How dangerous is it, what markers to look for and how your body can reset to higher levels

By Gary Chappell

FOR years the bodybuilding world has talked about “danger thresholds”, “ticking time bombs” and imminent stroke risk whenever someone returns a high haemoglobin and haematocrit result.

But what does the medical evidence actually say? And how should athletes interpret elevated numbers without falling into fear-based thinking?

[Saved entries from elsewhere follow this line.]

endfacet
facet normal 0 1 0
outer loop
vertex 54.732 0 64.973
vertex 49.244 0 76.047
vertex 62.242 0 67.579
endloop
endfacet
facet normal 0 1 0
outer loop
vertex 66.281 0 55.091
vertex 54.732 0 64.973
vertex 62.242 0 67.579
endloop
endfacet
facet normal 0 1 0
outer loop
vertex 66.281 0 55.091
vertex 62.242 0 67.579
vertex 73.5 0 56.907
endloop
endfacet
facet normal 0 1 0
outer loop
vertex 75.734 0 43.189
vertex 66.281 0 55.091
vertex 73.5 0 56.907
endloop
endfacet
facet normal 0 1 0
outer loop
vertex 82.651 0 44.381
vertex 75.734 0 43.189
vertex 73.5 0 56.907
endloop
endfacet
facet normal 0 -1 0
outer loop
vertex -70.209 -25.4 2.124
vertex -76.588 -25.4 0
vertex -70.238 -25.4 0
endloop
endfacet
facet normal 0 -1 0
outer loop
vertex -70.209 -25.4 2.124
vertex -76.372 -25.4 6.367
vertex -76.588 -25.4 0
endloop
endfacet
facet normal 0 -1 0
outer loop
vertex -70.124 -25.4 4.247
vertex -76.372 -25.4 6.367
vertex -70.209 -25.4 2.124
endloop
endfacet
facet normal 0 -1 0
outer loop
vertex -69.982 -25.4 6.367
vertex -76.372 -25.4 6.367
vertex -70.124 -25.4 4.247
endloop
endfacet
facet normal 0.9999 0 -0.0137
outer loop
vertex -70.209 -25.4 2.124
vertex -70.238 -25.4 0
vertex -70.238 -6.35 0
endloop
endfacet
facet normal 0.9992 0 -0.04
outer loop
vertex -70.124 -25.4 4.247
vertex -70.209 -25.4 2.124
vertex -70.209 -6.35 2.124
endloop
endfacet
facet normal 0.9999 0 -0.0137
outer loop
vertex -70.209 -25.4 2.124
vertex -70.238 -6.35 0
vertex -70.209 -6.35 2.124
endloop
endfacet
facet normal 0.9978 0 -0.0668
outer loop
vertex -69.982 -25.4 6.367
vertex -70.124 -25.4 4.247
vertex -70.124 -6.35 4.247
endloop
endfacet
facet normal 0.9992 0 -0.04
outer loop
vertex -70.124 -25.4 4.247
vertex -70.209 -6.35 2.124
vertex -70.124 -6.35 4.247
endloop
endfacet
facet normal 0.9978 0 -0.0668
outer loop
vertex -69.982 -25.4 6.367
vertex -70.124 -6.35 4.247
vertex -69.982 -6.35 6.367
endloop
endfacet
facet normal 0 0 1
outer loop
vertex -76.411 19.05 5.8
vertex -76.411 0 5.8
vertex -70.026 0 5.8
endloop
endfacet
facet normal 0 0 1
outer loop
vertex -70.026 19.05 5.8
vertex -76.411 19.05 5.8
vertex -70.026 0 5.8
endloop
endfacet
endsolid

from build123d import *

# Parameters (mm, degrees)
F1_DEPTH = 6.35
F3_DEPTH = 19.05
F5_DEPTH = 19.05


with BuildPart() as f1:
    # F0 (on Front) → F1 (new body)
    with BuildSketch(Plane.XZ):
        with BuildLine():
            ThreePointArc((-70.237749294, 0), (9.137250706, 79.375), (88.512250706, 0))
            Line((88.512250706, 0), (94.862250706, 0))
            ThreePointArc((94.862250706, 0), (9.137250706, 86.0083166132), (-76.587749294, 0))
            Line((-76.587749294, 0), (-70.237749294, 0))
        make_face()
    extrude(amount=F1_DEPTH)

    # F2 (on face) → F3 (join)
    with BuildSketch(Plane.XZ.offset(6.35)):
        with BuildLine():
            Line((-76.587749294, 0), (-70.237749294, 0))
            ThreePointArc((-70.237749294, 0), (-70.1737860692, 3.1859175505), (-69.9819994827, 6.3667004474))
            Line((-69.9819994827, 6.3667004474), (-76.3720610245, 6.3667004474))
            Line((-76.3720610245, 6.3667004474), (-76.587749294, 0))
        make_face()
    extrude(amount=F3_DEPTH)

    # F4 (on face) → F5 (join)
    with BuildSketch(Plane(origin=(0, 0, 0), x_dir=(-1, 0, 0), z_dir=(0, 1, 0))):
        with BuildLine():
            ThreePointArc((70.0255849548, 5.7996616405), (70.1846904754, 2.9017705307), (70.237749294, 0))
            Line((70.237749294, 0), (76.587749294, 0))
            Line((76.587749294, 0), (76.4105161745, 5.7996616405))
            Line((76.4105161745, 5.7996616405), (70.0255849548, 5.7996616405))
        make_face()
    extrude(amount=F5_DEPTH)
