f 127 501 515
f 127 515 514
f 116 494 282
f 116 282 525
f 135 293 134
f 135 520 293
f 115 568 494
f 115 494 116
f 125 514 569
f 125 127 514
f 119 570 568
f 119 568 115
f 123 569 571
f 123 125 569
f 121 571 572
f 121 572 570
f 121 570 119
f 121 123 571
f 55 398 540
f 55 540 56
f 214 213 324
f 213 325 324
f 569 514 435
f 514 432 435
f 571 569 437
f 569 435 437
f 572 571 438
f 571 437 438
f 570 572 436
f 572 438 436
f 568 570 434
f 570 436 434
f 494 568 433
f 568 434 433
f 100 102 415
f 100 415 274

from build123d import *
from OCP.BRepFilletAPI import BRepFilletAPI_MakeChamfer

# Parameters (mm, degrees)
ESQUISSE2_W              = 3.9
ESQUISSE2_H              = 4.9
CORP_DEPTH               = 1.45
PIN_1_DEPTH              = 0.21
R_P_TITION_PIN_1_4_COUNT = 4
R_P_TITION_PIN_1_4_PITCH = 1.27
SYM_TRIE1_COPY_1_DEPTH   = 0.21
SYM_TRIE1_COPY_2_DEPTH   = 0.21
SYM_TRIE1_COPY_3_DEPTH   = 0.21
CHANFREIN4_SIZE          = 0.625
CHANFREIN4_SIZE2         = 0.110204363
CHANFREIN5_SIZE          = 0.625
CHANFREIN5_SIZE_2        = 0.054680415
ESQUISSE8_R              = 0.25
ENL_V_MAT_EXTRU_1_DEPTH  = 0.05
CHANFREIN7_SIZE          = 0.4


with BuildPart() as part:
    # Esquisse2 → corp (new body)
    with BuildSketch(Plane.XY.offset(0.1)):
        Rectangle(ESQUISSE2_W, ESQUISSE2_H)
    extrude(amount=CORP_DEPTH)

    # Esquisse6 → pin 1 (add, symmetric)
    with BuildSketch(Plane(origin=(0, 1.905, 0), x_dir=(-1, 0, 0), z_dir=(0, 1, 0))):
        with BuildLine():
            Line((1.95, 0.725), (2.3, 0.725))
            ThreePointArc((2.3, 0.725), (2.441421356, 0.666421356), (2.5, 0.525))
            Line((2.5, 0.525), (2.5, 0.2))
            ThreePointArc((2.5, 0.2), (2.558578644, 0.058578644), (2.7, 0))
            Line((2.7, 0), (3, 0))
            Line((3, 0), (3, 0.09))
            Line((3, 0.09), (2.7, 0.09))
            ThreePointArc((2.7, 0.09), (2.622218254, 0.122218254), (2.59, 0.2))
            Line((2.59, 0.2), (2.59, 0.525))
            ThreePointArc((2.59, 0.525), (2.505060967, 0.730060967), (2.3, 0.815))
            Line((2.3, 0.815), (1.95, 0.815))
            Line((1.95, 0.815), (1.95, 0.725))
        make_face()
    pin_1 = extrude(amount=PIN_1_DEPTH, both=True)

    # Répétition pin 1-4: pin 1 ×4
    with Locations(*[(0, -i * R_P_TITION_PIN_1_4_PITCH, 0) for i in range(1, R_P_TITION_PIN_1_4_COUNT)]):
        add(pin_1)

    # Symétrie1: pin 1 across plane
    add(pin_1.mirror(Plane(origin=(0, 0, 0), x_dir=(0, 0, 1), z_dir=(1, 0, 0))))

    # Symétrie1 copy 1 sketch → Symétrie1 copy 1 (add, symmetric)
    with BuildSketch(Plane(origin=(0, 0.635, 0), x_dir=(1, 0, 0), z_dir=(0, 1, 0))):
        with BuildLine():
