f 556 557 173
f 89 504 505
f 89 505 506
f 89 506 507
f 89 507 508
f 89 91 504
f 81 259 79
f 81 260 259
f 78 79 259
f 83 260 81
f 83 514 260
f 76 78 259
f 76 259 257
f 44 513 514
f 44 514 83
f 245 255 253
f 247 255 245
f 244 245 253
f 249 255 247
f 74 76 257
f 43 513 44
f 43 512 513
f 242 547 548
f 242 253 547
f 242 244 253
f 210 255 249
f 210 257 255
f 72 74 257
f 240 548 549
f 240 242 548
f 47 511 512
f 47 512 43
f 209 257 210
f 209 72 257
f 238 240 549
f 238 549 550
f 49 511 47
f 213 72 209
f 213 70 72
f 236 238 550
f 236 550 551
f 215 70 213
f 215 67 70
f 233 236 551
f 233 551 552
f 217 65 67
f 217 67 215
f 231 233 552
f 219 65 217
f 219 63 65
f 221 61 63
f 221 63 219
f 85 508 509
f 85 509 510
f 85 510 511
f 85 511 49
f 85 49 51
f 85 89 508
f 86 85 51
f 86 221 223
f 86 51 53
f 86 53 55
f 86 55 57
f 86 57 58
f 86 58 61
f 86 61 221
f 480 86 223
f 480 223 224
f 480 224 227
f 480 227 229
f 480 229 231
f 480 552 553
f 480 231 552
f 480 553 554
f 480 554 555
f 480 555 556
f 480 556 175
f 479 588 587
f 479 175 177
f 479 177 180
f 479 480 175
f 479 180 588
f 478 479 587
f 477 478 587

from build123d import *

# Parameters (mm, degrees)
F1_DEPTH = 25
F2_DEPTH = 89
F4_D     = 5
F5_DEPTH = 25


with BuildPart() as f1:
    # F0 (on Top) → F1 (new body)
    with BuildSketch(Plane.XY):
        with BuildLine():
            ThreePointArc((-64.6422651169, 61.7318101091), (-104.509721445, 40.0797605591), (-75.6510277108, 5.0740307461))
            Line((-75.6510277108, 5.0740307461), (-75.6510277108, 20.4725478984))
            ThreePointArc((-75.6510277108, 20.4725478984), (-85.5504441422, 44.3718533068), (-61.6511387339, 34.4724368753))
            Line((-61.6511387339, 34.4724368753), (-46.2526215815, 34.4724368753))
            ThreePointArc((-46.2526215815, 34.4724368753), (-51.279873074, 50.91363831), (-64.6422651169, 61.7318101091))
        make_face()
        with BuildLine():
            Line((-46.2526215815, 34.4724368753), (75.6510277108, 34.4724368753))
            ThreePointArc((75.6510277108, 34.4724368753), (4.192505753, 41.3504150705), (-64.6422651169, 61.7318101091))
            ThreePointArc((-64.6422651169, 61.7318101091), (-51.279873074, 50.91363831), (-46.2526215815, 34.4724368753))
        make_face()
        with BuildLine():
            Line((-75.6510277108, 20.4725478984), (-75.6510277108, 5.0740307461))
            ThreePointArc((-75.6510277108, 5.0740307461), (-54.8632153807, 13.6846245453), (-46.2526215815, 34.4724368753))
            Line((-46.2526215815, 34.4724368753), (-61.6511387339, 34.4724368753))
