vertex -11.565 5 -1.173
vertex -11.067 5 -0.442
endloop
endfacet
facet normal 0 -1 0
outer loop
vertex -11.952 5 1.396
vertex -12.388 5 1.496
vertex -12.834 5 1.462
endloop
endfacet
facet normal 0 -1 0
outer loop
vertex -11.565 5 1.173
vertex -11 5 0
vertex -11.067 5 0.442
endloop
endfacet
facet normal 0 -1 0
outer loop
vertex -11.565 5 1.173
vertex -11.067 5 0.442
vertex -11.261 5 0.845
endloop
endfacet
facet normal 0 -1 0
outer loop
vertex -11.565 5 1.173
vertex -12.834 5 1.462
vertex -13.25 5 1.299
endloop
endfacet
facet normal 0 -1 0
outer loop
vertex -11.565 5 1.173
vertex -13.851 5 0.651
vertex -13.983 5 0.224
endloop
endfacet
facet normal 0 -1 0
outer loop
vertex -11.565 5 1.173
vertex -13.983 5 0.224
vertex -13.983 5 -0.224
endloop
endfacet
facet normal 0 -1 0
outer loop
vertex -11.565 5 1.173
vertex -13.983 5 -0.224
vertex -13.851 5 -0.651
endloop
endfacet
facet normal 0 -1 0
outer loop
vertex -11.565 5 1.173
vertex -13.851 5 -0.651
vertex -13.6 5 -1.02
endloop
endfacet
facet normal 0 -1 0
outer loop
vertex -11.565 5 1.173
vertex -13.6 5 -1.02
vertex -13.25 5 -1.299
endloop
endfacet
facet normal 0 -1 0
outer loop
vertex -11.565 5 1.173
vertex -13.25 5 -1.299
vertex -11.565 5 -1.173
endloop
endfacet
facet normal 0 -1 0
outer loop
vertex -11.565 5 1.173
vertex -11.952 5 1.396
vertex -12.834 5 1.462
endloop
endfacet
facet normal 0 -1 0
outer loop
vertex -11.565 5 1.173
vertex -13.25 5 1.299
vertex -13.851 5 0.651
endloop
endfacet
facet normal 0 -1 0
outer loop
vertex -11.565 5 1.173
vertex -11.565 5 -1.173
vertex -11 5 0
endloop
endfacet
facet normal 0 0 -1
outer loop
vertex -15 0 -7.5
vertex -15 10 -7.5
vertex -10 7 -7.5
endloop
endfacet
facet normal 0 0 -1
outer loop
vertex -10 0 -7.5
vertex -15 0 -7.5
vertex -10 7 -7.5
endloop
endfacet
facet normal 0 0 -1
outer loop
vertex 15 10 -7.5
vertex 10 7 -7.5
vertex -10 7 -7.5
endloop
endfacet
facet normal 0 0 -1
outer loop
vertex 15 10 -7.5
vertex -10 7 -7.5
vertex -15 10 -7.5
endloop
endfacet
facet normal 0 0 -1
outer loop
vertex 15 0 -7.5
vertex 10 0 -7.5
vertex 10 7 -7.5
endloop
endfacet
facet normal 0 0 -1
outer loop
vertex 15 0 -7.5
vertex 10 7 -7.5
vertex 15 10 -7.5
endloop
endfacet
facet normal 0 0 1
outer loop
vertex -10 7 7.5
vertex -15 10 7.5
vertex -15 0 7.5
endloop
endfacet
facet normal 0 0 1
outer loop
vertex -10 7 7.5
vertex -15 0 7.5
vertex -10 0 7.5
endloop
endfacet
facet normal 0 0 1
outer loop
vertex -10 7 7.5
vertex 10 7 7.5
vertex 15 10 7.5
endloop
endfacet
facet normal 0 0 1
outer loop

This article breaks down what raised haemoglobin (Hb) and haematocrit (HCT) really mean, what doctors are genuinely concerned about, the role of testosterone replacement therapy (TRT) and anabolic steroid use and, most importantly, what the actual risks are according to medical evidence.

What are haemoglobin and haematocrit?

Hb) and HCT are two key values measured in a full blood count.

• Haemoglobin is the oxygen-carrying protein inside red blood cells.
• Haematocrit is the percentage of your blood volume made up of red blood cells.

Normal ranges vary slightly by laboratory but, in adult males, haemoglobin is typically around 135–175g/L, while haematocrit usually sits between 40–50 per cent. Values above these ranges are considered elevated. When both haemoglobin (Hb) and haematocrit (HCT) are raised, this is often referred to as erythrocytosis or polycythaemia.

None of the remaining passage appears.